Michigan awarded incentives to two new battery projects — a local startup building a cell plant and a Chinese firm that may produce battery components — as Governor Gretchen Whitmer seeks to secure future automotive jobs in the state.
(Bloomberg) — Michigan awarded incentives to two new battery projects — a local startup building a cell plant and a Chinese firm that may produce battery components — as Governor Gretchen Whitmer seeks to secure future automotive jobs in the state.
Our Next Energy, founded by Apple Inc. veteran Mujeeb Ijaz, is planning to build a $1.6 billion cell factory in southeast Michigan that will make lithium-iron phosphate batteries and eventually hire 2,112 people, the company said Wednesday. Michigan awarded the startup a $200 million grant that will be critical to ordering battery manufacturing equipment, Ijaz said. The company will also get more than $36 million in loans and tax exemptions. The factory is scheduled to come online in 2024 and reach full capacity by 2027.
Chinese battery maker Gotion High-Tech Co. was awarded $175 million in grants and a zoning designation estimated to be valued at $540 million, according to the Michigan Economic Development Corp. The company has proposed investing $2.4 billion in a plant in Big Rapids, Michigan, to build battery anodes and cathodes and employ as many as 2,350 people according to proposal documents from the MEDC, though the project isn’t yet confirmed.
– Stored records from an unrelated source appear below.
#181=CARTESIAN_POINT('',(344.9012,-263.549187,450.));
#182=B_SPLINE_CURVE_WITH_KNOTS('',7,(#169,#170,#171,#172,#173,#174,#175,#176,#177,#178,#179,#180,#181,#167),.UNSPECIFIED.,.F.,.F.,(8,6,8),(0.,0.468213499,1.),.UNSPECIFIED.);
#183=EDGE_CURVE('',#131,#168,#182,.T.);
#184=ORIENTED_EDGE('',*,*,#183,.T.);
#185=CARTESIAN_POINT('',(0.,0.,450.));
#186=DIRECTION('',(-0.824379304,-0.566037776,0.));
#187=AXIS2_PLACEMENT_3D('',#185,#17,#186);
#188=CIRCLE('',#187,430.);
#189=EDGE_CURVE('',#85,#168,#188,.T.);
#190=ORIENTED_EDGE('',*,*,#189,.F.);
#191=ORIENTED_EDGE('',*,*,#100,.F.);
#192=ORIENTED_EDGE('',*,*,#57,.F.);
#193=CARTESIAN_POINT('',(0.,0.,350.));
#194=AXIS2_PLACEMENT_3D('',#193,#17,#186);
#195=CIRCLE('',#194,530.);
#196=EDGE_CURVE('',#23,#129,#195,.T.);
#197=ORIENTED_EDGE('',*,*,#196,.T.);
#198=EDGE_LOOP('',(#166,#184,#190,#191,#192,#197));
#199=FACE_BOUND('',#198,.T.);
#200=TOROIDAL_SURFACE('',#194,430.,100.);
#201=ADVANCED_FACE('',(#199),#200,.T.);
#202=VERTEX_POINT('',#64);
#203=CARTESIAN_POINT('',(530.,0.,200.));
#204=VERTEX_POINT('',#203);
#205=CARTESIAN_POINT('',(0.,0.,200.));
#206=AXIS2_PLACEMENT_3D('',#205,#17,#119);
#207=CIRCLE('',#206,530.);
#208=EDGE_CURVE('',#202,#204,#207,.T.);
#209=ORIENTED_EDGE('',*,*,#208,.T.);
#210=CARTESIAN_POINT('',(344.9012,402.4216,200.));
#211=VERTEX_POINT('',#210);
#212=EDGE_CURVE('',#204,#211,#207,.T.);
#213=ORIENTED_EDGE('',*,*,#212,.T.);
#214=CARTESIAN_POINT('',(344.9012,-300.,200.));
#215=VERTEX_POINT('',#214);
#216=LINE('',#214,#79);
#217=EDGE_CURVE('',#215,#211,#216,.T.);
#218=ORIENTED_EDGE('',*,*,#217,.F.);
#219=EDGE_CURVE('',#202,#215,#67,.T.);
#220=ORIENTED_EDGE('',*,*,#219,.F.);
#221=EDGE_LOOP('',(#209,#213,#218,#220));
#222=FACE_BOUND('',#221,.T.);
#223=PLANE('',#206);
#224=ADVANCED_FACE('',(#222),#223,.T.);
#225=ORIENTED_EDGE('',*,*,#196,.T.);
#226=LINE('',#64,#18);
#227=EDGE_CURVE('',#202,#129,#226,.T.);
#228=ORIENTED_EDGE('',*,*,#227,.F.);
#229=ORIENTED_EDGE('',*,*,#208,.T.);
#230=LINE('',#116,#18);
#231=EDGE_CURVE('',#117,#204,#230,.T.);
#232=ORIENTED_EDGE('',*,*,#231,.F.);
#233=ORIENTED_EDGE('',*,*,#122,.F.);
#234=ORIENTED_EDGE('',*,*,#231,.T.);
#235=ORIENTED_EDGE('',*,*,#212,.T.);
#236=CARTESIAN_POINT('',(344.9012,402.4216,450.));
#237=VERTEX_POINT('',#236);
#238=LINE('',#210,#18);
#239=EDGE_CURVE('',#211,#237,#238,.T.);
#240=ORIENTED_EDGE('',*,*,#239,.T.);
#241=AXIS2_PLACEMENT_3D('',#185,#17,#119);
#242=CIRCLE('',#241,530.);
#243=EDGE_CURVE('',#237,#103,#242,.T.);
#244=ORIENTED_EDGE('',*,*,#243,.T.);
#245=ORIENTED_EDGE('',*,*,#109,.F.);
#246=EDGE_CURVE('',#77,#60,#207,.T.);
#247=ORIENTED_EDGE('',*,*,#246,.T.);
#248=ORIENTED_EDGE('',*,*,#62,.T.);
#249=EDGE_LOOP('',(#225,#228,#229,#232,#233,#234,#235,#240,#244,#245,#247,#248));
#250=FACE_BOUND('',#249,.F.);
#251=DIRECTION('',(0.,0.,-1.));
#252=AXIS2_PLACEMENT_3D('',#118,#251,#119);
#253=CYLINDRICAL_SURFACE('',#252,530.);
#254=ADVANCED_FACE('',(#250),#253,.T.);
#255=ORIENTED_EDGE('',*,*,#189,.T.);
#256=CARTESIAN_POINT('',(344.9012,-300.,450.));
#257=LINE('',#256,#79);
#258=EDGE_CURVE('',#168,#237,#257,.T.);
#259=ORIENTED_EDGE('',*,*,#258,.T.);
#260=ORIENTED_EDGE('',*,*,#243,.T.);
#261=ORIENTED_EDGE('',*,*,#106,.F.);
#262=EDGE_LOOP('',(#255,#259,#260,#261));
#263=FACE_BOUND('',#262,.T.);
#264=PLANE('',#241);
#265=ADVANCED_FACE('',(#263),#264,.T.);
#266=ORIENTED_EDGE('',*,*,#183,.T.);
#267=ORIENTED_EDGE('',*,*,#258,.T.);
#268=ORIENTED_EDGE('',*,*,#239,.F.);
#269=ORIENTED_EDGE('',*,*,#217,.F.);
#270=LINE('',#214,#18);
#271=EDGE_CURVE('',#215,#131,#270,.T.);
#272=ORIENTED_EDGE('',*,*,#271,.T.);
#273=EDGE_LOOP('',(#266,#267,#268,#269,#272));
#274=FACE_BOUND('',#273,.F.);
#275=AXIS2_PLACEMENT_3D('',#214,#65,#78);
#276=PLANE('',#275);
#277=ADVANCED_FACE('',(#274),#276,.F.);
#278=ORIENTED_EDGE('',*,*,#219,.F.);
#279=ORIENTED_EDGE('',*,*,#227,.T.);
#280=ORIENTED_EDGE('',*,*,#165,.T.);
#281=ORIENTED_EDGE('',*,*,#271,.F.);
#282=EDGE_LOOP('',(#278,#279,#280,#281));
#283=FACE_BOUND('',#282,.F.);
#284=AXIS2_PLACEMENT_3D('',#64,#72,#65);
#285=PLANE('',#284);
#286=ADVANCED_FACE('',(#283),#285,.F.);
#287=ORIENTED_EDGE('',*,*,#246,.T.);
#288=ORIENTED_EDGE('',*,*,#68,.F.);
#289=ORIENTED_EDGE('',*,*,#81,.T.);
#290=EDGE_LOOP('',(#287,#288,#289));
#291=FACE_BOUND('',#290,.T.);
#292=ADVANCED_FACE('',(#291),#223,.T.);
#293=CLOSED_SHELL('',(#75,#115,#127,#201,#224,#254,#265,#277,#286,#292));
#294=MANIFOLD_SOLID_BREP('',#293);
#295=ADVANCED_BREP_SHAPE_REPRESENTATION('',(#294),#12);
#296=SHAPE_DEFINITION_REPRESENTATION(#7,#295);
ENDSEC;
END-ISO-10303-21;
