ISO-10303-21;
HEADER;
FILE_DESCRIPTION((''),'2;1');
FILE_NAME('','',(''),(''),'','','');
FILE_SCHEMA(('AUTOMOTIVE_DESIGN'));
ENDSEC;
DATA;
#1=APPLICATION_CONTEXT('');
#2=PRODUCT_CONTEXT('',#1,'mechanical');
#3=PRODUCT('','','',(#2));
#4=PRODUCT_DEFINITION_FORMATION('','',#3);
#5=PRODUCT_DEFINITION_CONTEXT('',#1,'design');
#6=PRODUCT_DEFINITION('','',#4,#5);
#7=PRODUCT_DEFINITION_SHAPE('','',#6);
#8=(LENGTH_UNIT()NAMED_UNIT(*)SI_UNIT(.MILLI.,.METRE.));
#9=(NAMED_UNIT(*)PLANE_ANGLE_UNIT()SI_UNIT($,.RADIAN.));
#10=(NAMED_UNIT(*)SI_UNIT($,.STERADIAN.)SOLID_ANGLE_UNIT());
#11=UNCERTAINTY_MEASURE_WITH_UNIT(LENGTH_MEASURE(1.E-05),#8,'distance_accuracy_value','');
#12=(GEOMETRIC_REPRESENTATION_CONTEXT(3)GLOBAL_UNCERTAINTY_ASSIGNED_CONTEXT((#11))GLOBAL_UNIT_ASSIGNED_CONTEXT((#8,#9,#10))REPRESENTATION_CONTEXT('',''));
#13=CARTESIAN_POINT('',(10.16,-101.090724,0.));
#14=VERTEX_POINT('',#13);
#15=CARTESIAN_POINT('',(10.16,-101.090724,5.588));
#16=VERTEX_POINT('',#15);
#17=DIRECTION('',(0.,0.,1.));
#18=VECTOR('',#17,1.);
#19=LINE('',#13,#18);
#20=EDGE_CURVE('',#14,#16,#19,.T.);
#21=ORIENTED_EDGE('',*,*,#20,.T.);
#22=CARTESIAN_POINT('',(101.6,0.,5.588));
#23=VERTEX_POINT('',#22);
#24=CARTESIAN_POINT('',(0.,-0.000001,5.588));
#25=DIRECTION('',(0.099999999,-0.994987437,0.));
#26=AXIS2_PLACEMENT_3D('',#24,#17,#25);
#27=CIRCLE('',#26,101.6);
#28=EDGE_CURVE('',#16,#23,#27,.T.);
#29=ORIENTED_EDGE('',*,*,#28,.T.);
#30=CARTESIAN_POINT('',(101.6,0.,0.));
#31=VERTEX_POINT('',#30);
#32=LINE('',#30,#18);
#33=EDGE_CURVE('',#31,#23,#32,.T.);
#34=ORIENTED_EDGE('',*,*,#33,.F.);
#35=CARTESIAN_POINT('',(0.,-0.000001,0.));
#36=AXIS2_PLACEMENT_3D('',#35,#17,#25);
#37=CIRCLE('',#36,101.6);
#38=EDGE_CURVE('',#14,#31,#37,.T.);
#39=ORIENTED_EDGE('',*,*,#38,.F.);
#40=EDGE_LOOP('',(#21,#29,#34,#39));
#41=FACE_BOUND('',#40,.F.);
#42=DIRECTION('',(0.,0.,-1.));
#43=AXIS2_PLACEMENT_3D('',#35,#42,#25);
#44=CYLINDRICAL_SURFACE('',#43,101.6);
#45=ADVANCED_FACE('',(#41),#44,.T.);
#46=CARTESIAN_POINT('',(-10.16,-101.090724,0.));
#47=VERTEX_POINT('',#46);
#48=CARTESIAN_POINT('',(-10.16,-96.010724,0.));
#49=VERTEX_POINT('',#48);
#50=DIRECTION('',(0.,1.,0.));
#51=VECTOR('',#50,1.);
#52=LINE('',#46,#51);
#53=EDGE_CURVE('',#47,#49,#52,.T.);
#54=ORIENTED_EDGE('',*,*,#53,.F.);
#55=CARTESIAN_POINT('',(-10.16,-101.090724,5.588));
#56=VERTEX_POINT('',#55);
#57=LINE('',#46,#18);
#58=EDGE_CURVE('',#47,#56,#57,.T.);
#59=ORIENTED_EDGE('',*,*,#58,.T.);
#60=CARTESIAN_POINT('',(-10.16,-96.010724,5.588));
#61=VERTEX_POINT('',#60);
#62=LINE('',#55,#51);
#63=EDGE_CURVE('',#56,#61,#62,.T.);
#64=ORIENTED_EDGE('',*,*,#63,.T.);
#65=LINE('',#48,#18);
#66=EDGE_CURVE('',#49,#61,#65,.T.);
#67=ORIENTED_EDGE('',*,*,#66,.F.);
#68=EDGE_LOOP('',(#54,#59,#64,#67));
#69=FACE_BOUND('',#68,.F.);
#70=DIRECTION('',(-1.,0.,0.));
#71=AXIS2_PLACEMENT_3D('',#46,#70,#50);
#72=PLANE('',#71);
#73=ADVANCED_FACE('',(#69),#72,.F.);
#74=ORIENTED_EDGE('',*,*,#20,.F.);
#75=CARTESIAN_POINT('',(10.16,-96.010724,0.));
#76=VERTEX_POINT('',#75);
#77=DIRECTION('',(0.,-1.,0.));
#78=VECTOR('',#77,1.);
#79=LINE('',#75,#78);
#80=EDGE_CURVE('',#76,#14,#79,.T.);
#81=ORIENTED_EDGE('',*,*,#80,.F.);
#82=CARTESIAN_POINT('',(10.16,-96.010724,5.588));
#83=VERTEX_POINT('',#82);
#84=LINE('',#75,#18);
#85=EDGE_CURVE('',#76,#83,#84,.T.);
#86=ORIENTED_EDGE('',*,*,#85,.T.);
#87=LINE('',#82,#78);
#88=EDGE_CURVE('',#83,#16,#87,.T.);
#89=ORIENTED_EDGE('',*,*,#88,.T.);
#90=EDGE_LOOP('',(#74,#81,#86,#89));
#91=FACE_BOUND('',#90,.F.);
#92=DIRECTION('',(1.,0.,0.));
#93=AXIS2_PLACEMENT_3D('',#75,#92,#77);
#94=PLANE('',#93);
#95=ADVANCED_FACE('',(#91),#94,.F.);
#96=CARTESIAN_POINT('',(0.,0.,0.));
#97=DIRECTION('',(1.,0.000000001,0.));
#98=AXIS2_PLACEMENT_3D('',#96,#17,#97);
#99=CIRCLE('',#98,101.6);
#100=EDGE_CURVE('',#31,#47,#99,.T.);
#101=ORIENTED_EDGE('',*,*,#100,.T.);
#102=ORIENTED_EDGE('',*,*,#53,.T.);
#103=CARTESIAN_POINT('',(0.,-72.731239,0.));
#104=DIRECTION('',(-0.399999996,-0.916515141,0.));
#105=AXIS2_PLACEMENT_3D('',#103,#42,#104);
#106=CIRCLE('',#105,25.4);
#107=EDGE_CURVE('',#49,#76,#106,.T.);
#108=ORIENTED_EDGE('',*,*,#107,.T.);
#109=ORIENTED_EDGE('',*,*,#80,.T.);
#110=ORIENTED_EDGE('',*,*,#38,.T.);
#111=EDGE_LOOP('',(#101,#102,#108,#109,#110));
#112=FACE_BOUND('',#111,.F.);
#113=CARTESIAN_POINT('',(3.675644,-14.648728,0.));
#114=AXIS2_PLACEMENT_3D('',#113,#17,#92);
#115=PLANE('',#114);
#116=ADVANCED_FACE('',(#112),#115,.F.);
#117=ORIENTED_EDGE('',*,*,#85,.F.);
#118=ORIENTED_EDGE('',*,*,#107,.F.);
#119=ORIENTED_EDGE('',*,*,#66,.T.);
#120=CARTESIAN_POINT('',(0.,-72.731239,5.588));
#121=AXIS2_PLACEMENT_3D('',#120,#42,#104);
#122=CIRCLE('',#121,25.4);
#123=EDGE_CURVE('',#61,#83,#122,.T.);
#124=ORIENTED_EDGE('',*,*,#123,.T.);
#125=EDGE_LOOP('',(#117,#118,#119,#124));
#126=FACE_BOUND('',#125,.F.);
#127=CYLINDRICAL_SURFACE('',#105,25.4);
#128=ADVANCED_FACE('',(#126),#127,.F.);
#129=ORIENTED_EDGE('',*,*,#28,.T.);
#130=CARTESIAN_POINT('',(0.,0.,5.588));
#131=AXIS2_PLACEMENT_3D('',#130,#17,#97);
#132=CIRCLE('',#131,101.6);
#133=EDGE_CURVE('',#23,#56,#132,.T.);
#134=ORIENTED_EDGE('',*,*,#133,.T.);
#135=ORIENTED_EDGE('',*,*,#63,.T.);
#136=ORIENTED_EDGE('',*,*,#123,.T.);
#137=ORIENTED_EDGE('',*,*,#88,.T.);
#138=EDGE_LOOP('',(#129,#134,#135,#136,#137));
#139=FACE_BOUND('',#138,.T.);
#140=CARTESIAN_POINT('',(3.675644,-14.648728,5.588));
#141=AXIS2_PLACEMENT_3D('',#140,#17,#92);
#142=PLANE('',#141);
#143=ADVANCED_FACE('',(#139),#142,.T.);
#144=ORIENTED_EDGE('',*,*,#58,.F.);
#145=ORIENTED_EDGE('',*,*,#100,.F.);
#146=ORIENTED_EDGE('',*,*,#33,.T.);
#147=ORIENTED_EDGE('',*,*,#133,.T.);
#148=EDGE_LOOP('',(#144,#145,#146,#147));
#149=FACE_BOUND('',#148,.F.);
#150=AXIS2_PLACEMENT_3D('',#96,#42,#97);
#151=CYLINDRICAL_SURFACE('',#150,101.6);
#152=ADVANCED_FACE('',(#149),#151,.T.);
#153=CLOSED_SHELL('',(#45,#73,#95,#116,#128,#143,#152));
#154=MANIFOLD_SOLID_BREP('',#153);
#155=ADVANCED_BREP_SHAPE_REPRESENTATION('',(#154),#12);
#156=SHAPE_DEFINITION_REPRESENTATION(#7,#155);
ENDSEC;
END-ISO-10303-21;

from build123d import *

# Parameters (mm, degrees)
F1_DEPTH = 5.588


with BuildPart() as f1:
    # F0 (on Top) → F1 (new body)
    with BuildSketch(Plane.XY):
        with BuildLine():
            ThreePointArc((10.16, -101.090724), (75.348577, -68.155352), (101.6, 0))
            ThreePointArc((101.6, 0), (-68.155352, 75.348577), (-10.16, -101.090724))
            Line((-10.16, -101.090724), (-10.16, -96.010724))
            ThreePointArc((-10.16, -96.010724), (0, -47.331239), (10.16, -96.010724))
            Line((10.16, -96.010724), (10.16, -101.090724))
        make_face()
    extrude(amount=F1_DEPTH)


solid = f1.part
“The facility will serve our finished goods manufacturing in North America and possibly have enough capacity to sell these two critical components to other North-America based battery manufacturers,” Chuck Thelen, the company’s vice president of North America operations, said in an emailed statement.
States, flush with stimulus dollars, have been battling each other to win electric vehicle and battery plants. Michigan suffered a blow last year when Ford Motor Co. decided to go south to create two new EV hubs in Tennessee and Kentucky. Since then, Whitmer has put almost $2 billion into a fund to dole out incentives to companies to land big projects.
ONE’s batteries should qualify for the full 7.5% tax credit on consumer EVs and production tax credits created by President Joe Biden’s Inflation Reduction Act, Ijaz said in an interview. The law is designed to reduce US reliance on China for critical battery minerals and components by subsidizing a domestic EV supply chain.
“While we’ve been working on the factory for the past 11 months, the passage of the IRA has solidified our sources of capital as well as our interest in the customer market to help us build this factory,” Ijaz said.